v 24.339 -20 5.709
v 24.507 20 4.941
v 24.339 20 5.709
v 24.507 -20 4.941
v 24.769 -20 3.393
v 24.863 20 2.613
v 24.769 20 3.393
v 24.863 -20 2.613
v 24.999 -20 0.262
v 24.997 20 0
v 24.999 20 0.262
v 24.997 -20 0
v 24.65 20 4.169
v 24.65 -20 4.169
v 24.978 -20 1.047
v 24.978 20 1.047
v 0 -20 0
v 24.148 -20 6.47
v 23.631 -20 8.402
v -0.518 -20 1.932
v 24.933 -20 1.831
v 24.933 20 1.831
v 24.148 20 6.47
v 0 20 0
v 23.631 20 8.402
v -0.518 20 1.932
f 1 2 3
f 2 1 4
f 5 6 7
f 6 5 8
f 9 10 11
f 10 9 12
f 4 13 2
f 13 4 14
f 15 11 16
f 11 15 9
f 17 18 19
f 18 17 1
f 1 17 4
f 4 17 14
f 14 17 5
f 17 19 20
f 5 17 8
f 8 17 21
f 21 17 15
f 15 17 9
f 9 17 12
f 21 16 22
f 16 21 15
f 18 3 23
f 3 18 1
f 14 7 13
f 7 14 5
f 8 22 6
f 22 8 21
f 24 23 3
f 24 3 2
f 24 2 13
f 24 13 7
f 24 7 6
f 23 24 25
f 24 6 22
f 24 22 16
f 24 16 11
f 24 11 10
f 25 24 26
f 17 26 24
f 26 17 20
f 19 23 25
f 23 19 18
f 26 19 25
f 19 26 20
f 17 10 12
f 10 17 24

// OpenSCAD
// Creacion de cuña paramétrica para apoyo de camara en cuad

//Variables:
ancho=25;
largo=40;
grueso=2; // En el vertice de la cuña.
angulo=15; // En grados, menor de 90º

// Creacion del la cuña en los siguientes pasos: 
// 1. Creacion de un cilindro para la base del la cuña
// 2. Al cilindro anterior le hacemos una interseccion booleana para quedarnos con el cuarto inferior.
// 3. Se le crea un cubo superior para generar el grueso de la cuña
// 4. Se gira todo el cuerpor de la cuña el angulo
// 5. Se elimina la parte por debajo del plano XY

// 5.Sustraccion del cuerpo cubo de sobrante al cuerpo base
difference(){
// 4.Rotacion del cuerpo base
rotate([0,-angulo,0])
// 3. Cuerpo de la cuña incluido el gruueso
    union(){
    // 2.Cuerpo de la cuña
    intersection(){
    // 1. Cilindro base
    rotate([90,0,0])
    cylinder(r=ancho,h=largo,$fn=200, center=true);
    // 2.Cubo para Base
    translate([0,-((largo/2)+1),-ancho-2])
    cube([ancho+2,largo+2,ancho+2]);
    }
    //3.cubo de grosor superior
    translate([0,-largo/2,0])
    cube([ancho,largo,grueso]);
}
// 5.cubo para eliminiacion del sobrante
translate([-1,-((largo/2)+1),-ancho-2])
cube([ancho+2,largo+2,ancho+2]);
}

------

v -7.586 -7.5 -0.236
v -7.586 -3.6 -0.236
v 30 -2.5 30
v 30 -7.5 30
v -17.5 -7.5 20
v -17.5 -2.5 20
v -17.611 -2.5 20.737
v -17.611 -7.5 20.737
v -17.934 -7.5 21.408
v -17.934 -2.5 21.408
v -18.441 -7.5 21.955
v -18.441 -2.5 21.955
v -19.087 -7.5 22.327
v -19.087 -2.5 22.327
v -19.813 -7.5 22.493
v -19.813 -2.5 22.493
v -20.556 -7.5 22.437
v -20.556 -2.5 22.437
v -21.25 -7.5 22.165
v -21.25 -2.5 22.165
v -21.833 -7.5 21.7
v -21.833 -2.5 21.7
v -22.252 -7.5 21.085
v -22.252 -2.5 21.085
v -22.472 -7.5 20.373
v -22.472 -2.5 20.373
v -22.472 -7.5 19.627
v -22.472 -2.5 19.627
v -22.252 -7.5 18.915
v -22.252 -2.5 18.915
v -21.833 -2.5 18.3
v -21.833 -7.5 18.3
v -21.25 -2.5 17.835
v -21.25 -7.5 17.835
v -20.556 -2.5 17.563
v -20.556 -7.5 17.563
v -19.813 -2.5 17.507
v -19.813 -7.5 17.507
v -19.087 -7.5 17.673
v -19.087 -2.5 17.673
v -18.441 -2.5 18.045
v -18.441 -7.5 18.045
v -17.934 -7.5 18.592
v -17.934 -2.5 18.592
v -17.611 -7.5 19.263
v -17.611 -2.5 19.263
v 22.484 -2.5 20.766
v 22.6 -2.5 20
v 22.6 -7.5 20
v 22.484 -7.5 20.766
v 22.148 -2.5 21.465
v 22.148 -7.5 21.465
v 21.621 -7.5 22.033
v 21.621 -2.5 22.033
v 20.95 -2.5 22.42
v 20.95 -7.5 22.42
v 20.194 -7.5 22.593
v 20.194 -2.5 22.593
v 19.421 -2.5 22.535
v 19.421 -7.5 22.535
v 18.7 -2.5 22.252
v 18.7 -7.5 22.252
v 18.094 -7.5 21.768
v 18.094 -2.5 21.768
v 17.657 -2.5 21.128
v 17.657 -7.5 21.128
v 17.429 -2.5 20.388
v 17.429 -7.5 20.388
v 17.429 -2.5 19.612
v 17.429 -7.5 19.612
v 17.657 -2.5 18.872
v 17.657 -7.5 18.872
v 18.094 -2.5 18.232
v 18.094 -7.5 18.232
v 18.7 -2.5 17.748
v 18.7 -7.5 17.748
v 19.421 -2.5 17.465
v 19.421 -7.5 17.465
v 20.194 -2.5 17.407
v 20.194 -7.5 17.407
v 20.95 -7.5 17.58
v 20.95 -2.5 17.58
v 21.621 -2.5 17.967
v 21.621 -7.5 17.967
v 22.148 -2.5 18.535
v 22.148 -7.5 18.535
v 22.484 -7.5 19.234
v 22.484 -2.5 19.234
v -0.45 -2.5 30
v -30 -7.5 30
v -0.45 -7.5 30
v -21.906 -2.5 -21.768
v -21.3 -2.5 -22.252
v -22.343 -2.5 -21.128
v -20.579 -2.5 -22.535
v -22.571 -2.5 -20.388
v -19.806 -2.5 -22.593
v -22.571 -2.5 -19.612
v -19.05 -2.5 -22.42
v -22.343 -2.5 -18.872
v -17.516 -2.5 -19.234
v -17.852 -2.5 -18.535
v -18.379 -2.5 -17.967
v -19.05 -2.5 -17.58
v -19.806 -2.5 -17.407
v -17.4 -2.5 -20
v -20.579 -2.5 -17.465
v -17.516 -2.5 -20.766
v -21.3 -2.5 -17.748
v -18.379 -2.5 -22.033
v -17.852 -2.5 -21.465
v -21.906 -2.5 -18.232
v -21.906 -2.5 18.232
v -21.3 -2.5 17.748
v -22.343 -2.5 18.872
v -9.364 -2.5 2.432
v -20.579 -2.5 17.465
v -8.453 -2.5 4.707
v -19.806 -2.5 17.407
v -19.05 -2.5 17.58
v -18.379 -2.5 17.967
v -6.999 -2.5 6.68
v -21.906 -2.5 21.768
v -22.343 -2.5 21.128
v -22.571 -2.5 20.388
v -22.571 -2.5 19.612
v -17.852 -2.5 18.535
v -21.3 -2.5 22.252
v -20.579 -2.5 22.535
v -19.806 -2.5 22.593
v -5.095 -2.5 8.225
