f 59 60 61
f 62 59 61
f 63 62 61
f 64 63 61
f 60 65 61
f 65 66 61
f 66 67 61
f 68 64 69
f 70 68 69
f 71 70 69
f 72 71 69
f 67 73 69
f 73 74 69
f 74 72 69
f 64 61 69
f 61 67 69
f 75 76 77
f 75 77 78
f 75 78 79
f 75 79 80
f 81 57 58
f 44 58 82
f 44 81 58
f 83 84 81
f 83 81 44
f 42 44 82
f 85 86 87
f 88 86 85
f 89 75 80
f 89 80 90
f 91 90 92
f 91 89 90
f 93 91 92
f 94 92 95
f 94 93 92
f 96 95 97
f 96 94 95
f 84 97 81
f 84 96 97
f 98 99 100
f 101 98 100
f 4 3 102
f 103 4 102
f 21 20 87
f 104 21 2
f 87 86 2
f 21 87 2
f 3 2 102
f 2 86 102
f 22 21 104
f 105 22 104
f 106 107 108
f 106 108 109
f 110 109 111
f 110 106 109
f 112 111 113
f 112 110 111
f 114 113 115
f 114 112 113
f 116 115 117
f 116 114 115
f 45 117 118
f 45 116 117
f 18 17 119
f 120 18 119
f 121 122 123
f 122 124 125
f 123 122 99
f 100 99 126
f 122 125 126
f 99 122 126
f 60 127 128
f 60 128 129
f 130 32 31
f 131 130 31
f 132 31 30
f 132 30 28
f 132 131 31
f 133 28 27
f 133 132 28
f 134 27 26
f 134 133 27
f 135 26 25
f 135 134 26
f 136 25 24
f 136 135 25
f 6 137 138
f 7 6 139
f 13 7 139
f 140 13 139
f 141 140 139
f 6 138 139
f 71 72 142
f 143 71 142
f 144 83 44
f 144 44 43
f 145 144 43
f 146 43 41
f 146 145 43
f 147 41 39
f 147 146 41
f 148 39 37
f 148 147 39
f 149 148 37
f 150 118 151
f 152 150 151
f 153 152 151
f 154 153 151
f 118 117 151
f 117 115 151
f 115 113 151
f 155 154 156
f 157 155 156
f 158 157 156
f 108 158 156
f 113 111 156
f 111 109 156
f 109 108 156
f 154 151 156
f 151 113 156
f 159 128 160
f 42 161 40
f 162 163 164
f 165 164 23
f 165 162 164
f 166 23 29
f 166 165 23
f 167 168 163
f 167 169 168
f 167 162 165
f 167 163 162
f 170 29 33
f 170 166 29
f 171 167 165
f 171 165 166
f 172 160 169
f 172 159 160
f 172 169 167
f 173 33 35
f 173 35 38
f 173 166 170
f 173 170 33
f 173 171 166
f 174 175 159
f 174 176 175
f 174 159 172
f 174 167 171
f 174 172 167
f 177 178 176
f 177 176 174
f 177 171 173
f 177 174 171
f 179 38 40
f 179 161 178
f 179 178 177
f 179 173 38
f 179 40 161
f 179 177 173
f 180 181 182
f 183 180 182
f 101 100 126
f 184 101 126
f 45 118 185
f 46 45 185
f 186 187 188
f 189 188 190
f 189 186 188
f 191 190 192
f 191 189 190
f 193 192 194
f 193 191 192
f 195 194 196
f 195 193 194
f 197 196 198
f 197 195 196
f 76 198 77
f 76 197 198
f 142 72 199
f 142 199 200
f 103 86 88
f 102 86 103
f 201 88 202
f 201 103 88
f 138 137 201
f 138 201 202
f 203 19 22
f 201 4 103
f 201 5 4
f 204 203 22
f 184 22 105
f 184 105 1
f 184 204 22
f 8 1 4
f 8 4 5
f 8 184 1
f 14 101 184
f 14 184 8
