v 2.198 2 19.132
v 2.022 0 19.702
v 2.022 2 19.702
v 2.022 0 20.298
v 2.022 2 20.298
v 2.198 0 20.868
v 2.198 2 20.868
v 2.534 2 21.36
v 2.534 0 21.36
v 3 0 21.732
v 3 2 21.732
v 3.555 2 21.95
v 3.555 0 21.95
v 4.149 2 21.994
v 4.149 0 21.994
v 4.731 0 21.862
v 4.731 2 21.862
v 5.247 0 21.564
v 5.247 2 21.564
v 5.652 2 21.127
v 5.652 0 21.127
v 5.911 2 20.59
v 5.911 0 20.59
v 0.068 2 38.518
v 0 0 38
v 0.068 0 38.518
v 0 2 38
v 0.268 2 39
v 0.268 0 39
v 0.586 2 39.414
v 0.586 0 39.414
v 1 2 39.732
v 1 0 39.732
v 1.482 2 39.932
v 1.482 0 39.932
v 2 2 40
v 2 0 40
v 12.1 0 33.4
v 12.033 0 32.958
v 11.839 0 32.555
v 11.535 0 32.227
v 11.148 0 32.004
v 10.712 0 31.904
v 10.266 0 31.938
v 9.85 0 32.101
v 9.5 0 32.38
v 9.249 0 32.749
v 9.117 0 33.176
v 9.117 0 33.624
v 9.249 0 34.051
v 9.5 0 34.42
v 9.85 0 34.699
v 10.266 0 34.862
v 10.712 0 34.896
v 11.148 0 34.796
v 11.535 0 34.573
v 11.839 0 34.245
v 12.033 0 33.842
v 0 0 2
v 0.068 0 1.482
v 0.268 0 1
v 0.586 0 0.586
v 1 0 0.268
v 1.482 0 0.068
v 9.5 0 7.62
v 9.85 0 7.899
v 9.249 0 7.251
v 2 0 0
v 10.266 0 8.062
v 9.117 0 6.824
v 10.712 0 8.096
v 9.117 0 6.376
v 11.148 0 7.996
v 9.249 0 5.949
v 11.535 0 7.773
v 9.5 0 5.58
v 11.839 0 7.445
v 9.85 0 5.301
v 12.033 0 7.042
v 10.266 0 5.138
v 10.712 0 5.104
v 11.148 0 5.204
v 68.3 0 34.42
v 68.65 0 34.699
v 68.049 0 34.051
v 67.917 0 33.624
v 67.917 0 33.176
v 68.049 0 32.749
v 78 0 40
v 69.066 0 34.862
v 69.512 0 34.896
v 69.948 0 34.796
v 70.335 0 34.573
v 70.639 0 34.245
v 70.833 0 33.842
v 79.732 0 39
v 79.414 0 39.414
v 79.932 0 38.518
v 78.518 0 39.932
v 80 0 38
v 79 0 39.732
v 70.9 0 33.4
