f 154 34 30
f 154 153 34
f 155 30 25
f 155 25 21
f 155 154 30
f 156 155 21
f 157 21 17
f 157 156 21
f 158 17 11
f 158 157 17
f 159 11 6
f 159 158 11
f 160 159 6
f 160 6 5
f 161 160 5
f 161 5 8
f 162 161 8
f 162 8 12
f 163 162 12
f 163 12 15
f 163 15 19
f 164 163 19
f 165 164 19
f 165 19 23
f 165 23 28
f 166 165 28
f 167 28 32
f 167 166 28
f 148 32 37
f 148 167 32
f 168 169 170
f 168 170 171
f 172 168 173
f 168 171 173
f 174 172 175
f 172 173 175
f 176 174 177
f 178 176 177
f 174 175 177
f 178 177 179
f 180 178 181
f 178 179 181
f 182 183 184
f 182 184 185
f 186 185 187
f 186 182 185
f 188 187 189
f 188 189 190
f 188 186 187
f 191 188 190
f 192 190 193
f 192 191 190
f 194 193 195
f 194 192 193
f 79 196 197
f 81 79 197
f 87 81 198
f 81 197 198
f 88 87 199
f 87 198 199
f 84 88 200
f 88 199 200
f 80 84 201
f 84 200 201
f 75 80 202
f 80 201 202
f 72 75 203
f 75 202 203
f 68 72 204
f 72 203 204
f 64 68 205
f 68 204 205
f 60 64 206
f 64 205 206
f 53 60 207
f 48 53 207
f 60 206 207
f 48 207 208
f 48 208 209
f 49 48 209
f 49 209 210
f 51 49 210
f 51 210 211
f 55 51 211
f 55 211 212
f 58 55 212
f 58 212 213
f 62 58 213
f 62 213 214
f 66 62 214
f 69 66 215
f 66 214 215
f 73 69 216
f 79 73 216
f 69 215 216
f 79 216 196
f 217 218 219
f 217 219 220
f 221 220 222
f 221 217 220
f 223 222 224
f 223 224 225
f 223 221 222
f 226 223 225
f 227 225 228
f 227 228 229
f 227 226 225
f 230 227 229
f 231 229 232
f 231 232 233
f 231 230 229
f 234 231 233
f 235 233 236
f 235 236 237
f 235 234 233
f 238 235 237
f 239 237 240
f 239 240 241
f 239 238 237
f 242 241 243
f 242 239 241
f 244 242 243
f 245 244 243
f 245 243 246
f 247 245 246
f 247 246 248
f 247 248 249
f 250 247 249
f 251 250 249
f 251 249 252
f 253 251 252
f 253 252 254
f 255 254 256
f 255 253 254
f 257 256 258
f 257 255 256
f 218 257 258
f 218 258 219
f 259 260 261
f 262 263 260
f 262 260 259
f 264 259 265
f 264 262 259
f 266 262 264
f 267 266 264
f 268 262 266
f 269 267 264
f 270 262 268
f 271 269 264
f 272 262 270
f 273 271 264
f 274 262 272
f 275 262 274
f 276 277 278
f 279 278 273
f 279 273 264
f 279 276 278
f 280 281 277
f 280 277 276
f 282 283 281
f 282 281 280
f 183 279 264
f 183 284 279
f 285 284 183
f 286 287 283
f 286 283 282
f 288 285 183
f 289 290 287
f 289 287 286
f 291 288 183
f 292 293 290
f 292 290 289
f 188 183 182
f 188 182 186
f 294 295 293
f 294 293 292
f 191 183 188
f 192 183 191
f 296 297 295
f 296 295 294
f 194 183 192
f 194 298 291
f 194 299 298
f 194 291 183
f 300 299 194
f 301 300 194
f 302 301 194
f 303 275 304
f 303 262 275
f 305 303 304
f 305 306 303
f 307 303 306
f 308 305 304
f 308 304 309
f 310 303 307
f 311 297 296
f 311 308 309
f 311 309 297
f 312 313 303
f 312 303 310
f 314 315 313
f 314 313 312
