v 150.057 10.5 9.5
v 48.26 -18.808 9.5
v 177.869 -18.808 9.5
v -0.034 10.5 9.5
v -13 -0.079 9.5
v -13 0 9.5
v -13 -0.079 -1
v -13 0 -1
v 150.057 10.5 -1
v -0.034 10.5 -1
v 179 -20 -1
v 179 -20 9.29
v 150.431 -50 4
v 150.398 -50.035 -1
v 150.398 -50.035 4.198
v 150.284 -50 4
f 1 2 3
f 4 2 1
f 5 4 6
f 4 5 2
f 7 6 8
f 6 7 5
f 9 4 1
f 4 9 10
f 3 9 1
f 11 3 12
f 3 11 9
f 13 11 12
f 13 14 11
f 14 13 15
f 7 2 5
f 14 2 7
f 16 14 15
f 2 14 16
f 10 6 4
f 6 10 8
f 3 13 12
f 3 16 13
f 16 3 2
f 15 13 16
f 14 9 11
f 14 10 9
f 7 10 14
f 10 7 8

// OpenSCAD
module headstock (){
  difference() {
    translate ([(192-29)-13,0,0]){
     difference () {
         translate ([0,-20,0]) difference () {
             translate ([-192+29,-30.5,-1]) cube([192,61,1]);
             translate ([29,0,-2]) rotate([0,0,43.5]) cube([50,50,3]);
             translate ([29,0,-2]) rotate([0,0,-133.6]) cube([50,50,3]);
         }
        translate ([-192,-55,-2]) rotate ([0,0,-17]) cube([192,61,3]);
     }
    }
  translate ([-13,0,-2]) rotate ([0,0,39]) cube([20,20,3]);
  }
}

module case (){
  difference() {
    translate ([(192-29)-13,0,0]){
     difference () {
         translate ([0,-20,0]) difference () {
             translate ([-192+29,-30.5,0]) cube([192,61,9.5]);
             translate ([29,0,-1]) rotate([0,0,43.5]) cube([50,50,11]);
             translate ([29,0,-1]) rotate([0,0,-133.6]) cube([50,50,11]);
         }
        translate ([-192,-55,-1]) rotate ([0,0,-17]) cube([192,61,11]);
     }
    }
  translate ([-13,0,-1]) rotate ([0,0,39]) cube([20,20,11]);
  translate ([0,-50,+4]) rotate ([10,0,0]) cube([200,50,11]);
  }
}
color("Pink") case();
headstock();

------

Given the data above, transcribe exactly the lines from the one containing "f 186 182 185" down to the one containing "f 68 72 204", and no others.

Result —
f 186 182 185
f 188 187 189
f 188 189 190
f 188 186 187
f 191 188 190
f 192 190 193
f 192 191 190
f 194 193 195
f 194 192 193
f 79 196 197
f 81 79 197
f 87 81 198
f 81 197 198
f 88 87 199
f 87 198 199
f 84 88 200
f 88 199 200
f 80 84 201
f 84 200 201
f 75 80 202
f 80 201 202
f 72 75 203
f 75 202 203
f 68 72 204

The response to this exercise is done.